Note that the likelihood function of this model can be written as,
$\text{L} = \prod\limits_{i=1}^n \big[ f(Y_{1i} | D_i = 1) P(D_i = 1) \big]^{D_i} \big[ f(Y_{0i} | D_i = 0) P(D_i = 0) \big]^{1-D_i}$
Here is where our normality assumption comes into play,
$\begin{array}{l@{}l} f(Y_{1i} | D_i = 1) P(D_i = 1) &{}= f(Y_{1i} | \epsilon_i \geq -Z_i^{\prime} \gamma) P(\epsilon_i \geq -Z_i^{\prime} \gamma) \\ &{}= f(Y_{1i}, \epsilon_i \geq -Z_i^{\prime} \gamma | \epsilon_i \geq -Z_i^{\prime} \gamma) \\ &{}= \int_{-Z_i^{\prime}\gamma}^{\infty} f(U_{1i},\epsilon_i) d \epsilon_i \\ &{}= f(U_{1i}) \int_{-Z_i^{\prime}\gamma}^{\infty} f(\epsilon_i | U_{1i}) d \epsilon_i \end{array}$
Note that $f(U_{1i}) = \frac{1}{\sigma_1}\phi(\frac{U_{1i}}{\sigma_1})$ and $f(\epsilon_i | U_{1i}) = \frac{1}{\sqrt{1-\rho_1^2}} \phi(\frac{\epsilon_i + \rho_1 U_{1i}/ \sigma_1}{\sqrt{1-\rho_1^2}})$ where $\rho_1$ is the correlation coefficient between $U_{1i}$ and $\epsilon_i$ and $\phi(\cdot)$ is the standard normal density. Performing a similar operation for regime 0 (which I omit) we can rewrite the likelihood function,
$\text{L} = \prod\limits_{i=1}^n \big[ \frac{1}{\sigma_1}\phi(\frac{U_{1i}}{\sigma_1}) \Phi(\frac{Z_i^{\prime} \gamma + \rho_1 U_{1i}/ \sigma_1}{\sqrt{1-\rho_1^2}}) \big]^{D_i} \big[ \frac{1}{\sigma_0}\phi(\frac{U_{0i}}{\sigma_0}) (1-\Phi(\frac{Z_i^{\prime} \gamma + \rho_0 U_{0i}/ \sigma_0}{\sqrt{1-\rho_0^2}})) \big]^{1-D_i}$
The log likelihood function is therefore,
$\begin{array}{l@{}l} \text{lnL} =&{} \sum\limits_{i=1}^n \lbrace D_i \big[ \text{ln}(\Phi(\frac{Z_i^{\prime} \gamma + \rho_1 U_{1i}/ \sigma_1}{\sqrt{1-\rho_1^2}})) + \text{ln}(\phi(\frac{U_{1i}}{\sigma_1})) - \text{ln}(\sigma_1) \big] \\ &{}+ (1 - D_i) \big[ \text{ln}(1-\Phi(\frac{Z_i^{\prime} \gamma + \rho_0 U_{0i}/ \sigma_0}{\sqrt{1-\rho_0^2}})) + \text{ln}(\phi(\frac{U_{0i}}{\sigma_0})) - \text{ln}(\sigma_0) \big] \rbrace \end{array}$
We therefore end up estimating $\beta$, $\alpha$, $\gamma$, $\rho_1$, $\rho_0$, $\sigma_1$ and $\sigma_0$. From here it is very straight-forward to estimate conditional and unconditional outcomes under both regimes.

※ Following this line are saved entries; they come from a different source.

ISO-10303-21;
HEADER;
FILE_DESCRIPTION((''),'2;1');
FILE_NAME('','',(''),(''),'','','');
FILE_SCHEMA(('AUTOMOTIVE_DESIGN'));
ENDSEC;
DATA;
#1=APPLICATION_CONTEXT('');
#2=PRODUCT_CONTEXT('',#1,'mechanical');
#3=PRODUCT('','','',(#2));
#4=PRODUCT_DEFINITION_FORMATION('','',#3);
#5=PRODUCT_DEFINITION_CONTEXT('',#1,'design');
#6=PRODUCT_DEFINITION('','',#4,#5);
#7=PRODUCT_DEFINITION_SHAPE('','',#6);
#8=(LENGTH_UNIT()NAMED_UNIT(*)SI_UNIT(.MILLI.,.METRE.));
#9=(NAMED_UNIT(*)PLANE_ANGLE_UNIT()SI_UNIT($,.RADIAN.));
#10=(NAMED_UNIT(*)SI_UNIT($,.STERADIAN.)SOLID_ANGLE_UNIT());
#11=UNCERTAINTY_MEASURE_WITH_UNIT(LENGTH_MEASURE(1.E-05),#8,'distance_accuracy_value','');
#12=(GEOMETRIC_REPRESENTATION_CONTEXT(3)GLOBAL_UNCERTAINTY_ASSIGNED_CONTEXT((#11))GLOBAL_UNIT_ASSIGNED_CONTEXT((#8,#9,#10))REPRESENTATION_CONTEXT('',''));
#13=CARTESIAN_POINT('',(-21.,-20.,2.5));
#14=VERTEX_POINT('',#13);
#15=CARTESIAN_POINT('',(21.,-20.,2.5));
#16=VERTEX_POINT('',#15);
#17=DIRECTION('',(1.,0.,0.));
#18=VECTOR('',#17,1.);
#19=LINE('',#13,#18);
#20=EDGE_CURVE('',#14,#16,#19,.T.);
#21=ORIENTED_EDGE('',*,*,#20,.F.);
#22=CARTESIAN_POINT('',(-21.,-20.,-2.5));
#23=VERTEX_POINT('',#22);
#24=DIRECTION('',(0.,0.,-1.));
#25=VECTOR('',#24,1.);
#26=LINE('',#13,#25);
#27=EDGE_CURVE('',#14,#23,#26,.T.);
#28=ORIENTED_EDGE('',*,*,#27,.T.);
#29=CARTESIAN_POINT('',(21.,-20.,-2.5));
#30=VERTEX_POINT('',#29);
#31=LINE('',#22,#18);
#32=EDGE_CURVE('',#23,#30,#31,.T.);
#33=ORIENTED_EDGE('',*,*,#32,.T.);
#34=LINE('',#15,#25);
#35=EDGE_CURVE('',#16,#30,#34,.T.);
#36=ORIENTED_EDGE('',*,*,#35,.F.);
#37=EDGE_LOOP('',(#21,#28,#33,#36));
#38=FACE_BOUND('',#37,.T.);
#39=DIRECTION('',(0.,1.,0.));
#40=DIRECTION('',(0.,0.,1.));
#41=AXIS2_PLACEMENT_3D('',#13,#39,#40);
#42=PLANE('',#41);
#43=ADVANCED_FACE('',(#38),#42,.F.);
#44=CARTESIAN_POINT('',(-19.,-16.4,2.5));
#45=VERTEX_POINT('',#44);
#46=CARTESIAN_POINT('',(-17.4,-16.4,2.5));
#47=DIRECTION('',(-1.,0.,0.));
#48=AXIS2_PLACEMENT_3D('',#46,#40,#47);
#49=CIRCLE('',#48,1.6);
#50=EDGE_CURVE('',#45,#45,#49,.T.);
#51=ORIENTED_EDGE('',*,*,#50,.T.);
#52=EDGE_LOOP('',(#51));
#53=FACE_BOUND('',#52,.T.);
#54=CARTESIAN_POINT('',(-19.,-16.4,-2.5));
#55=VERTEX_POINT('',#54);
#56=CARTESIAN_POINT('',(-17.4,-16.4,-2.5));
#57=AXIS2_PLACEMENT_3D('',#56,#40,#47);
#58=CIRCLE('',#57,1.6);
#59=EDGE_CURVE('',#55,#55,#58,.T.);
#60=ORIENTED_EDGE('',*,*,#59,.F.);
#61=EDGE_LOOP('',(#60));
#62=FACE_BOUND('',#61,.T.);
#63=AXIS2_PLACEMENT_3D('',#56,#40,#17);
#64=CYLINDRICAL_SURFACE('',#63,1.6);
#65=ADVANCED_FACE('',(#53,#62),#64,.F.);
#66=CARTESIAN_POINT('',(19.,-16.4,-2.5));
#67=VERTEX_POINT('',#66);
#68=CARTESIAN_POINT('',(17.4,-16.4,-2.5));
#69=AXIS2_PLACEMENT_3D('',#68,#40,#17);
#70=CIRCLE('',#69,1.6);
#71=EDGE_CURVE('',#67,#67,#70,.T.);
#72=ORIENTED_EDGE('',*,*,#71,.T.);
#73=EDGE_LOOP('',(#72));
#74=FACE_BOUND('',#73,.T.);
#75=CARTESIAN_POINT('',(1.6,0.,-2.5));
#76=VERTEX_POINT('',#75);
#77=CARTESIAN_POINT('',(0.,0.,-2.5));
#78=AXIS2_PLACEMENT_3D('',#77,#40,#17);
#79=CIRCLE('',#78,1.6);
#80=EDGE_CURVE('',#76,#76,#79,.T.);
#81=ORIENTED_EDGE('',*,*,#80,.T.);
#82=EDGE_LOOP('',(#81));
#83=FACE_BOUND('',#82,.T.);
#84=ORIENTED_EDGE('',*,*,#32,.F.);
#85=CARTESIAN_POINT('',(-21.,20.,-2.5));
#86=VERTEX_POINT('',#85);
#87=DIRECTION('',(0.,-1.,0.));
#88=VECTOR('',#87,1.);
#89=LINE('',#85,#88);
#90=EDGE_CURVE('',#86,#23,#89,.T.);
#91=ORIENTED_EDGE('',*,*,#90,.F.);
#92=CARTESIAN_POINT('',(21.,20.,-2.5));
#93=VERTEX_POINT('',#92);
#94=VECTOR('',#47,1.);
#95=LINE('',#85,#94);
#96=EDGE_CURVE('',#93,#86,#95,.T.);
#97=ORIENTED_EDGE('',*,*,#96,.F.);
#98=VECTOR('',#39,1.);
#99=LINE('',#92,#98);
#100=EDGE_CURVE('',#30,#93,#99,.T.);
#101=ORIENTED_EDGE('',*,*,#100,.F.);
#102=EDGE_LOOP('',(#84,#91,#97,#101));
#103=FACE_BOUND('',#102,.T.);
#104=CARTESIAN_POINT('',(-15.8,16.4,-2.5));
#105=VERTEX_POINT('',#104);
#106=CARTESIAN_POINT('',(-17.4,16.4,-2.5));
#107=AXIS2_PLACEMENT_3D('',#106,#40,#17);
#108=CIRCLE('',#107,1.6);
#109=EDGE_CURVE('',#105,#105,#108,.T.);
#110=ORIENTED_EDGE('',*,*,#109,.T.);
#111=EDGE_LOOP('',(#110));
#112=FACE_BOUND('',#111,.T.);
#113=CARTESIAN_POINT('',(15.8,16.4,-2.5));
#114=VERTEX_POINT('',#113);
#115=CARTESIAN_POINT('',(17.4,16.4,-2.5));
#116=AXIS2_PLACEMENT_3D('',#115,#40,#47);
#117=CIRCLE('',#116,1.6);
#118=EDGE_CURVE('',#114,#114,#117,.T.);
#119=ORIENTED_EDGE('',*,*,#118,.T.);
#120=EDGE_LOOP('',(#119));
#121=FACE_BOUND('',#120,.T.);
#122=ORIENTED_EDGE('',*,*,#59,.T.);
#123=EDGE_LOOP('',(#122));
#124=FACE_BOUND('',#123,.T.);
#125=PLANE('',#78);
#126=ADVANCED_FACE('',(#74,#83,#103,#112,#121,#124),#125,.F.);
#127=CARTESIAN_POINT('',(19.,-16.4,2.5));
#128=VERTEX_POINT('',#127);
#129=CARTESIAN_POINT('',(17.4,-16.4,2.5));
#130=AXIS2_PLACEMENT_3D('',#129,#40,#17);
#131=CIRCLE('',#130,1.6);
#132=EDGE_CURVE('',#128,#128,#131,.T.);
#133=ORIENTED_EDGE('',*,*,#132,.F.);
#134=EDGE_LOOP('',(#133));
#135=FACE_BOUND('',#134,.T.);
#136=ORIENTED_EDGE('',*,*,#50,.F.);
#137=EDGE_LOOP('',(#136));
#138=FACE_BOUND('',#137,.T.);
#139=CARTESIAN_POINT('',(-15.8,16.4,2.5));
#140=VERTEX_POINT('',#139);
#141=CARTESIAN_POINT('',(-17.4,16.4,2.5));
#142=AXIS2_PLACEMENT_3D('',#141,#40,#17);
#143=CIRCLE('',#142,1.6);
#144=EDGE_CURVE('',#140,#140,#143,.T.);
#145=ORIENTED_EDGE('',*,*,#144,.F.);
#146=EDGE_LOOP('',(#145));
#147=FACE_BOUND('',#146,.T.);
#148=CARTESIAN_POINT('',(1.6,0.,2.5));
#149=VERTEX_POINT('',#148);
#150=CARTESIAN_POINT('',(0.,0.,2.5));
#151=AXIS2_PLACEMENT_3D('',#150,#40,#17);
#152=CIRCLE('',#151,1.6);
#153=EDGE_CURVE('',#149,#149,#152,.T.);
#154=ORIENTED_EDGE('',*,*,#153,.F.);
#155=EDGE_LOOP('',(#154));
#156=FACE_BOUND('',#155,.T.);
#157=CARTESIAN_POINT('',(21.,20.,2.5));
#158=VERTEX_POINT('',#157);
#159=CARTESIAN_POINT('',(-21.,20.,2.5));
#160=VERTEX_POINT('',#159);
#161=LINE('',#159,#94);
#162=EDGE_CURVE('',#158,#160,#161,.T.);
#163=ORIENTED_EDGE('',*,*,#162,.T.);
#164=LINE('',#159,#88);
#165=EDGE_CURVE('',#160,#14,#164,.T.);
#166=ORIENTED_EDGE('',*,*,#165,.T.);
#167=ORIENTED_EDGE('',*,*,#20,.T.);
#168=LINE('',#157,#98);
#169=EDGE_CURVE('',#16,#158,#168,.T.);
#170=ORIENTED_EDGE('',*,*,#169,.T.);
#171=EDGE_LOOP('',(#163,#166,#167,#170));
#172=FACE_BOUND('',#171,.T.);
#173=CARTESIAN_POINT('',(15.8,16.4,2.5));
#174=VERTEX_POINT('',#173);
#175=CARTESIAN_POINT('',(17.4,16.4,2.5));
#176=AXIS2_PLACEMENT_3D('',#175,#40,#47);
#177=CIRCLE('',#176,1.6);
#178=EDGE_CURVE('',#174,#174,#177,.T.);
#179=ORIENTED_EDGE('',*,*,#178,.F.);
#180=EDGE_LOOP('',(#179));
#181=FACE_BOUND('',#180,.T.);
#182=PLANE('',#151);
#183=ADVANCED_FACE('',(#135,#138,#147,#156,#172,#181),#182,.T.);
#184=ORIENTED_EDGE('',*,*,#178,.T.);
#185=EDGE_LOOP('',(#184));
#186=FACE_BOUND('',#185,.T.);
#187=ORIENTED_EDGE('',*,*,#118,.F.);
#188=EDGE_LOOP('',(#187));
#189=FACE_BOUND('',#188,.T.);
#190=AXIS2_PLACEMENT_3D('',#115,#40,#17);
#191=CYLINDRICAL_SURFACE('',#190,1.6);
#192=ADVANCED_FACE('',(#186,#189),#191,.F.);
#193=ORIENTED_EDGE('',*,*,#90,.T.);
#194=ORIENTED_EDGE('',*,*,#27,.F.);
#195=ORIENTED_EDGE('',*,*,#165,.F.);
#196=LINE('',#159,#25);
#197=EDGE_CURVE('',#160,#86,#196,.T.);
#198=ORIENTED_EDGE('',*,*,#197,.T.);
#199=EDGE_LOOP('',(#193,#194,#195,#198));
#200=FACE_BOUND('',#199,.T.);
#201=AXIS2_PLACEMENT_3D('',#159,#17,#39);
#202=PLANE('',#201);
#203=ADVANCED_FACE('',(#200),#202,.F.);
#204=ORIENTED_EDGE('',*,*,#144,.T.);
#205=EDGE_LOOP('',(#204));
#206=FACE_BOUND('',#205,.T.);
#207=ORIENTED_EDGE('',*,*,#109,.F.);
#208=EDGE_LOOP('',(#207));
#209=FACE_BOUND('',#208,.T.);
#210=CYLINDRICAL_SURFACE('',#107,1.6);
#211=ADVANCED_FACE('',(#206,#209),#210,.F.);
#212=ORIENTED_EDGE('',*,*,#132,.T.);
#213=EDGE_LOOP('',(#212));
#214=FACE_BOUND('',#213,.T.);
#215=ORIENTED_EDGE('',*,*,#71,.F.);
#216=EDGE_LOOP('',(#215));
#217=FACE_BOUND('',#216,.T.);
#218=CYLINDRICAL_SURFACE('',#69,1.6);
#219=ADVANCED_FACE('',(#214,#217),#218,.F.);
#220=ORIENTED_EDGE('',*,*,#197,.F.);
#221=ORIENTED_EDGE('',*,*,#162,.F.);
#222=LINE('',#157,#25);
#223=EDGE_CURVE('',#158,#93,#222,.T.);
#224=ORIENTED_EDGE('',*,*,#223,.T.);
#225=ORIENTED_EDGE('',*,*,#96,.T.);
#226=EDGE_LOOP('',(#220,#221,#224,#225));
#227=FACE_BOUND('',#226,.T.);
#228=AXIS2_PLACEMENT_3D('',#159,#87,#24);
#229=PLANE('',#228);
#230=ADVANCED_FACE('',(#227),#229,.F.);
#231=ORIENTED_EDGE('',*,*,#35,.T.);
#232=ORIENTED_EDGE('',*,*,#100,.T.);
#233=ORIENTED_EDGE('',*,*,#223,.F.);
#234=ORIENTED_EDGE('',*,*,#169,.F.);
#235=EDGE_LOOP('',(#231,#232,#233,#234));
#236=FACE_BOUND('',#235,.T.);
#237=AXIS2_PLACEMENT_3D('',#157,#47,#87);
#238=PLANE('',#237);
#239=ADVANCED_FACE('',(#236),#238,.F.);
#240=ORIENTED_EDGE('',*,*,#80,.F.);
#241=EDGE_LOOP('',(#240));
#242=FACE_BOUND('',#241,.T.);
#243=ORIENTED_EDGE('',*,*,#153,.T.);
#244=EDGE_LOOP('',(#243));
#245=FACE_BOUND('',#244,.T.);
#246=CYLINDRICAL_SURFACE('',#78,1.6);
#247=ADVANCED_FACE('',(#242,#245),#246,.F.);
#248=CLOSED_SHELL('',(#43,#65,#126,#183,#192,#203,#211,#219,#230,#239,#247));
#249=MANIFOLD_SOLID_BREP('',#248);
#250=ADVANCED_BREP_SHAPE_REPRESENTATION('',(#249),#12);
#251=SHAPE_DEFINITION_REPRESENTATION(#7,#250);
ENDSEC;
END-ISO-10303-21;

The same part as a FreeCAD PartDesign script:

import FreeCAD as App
import Part
import Sketcher

V = App.Vector


def add_polygon(sketch, points):
    """Adds a closed chain of lines whose ends are joined by coincident constraints."""
    first, n = sketch.GeometryCount, len(points)
    for a, b in zip(points, points[1:] + points[:1]):
        sketch.addGeometry(Part.LineSegment(App.Vector(*a, 0), App.Vector(*b, 0)), False)
    for i in range(n):
        sketch.addConstraint(Sketcher.Constraint("Coincident", first + i, 2, first + (i + 1) % n, 1))

doc = App.newDocument("Part")
body = doc.addObject("PartDesign::Body", "Body")

# Sketch on XY plane
sketch1 = body.newObject("Sketcher::SketchObject", "Sketch")
sketch1.AttachmentSupport = (doc.getObject("XY_Plane"), [""])
sketch1.MapMode = "FlatFace"
add_polygon(sketch1, [(-21, 20), (-21, -20), (21, -20), (21, 20)])  # lines 0-3
sketch1.addConstraint(Sketcher.Constraint("Vertical", 0))
sketch1.addConstraint(Sketcher.Constraint("Horizontal", 1))
sketch1.addConstraint(Sketcher.Constraint("Vertical", 2))
sketch1.addConstraint(Sketcher.Constraint("Horizontal", 3))
sketch1.addConstraint(Sketcher.Constraint("Symmetric", 0, 2, 2, 2, -1, 1))
sketch1.addConstraint(Sketcher.Constraint("DistanceX", 1, 1, 1, 2, 42.0))
sketch1.addConstraint(Sketcher.Constraint("DistanceY", 0, 2, 0, 1, 40.0))
pad1 = body.newObject("PartDesign::Pad", "Pad")
pad1.Profile = sketch1
pad1.Length = 5
pad1.Midplane = True

# Sketch on XY plane
sketch2 = body.newObject("Sketcher::SketchObject", "Sketch001")
sketch2.AttachmentSupport = (doc.getObject("XY_Plane"), [""])
sketch2.MapMode = "FlatFace"
sketch2.AttachmentOffset = App.Placement(V(0, 0, 2.5), App.Rotation())
sketch2.addGeometry(Part.Circle(V(-17.4, 16.4, 0), V(0, 0, 1), 1.6), False)
sketch2.addGeometry(Part.Circle(V(17.4, 16.4, 0), V(0, 0, 1), 1.6), False)
sketch2.addGeometry(Part.Circle(V(17.4, -16.4, 0), V(0, 0, 1), 1.6), False)
sketch2.addGeometry(Part.Circle(V(-17.4, -16.4, 0), V(0, 0, 1), 1.6), False)
sketch2.addGeometry(Part.Circle(V(0, 0, 0), V(0, 0, 1), 1.6), False)
sketch2.addConstraint(Sketcher.Constraint("Coincident", 4, 3, -1, 1))
sketch2.addConstraint(Sketcher.Constraint("Equal", 0, 1))
sketch2.addConstraint(Sketcher.Constraint("Equal", 1, 2))
sketch2.addConstraint(Sketcher.Constraint("Equal", 2, 3))
sketch2.addConstraint(Sketcher.Constraint("Equal", 3, 4))
sketch2.addConstraint(Sketcher.Constraint("Symmetric", 0, 3, 2, 3, -1, 1))
sketch2.addConstraint(Sketcher.Constraint("Symmetric", 1, 3, 3, 3, -1, 1))
sketch2.addConstraint(Sketcher.Constraint("Symmetric", 0, 3, 1, 3, -2))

Something which I have been interested in recently is, in the absence of an exclusion restriction, how sensitive is the endogenous switching regression to violations of the joint normality assumption? I have been running some simulations in which the errors $U_1$, $U_0$ and $\epsilon$ are drawn from a skew normal distribution. In another blog post I hope to share some of my results.

Many thanks to Dutoit (2007) for a brief history of switching regressions and an overview of how to derive the likelihood function.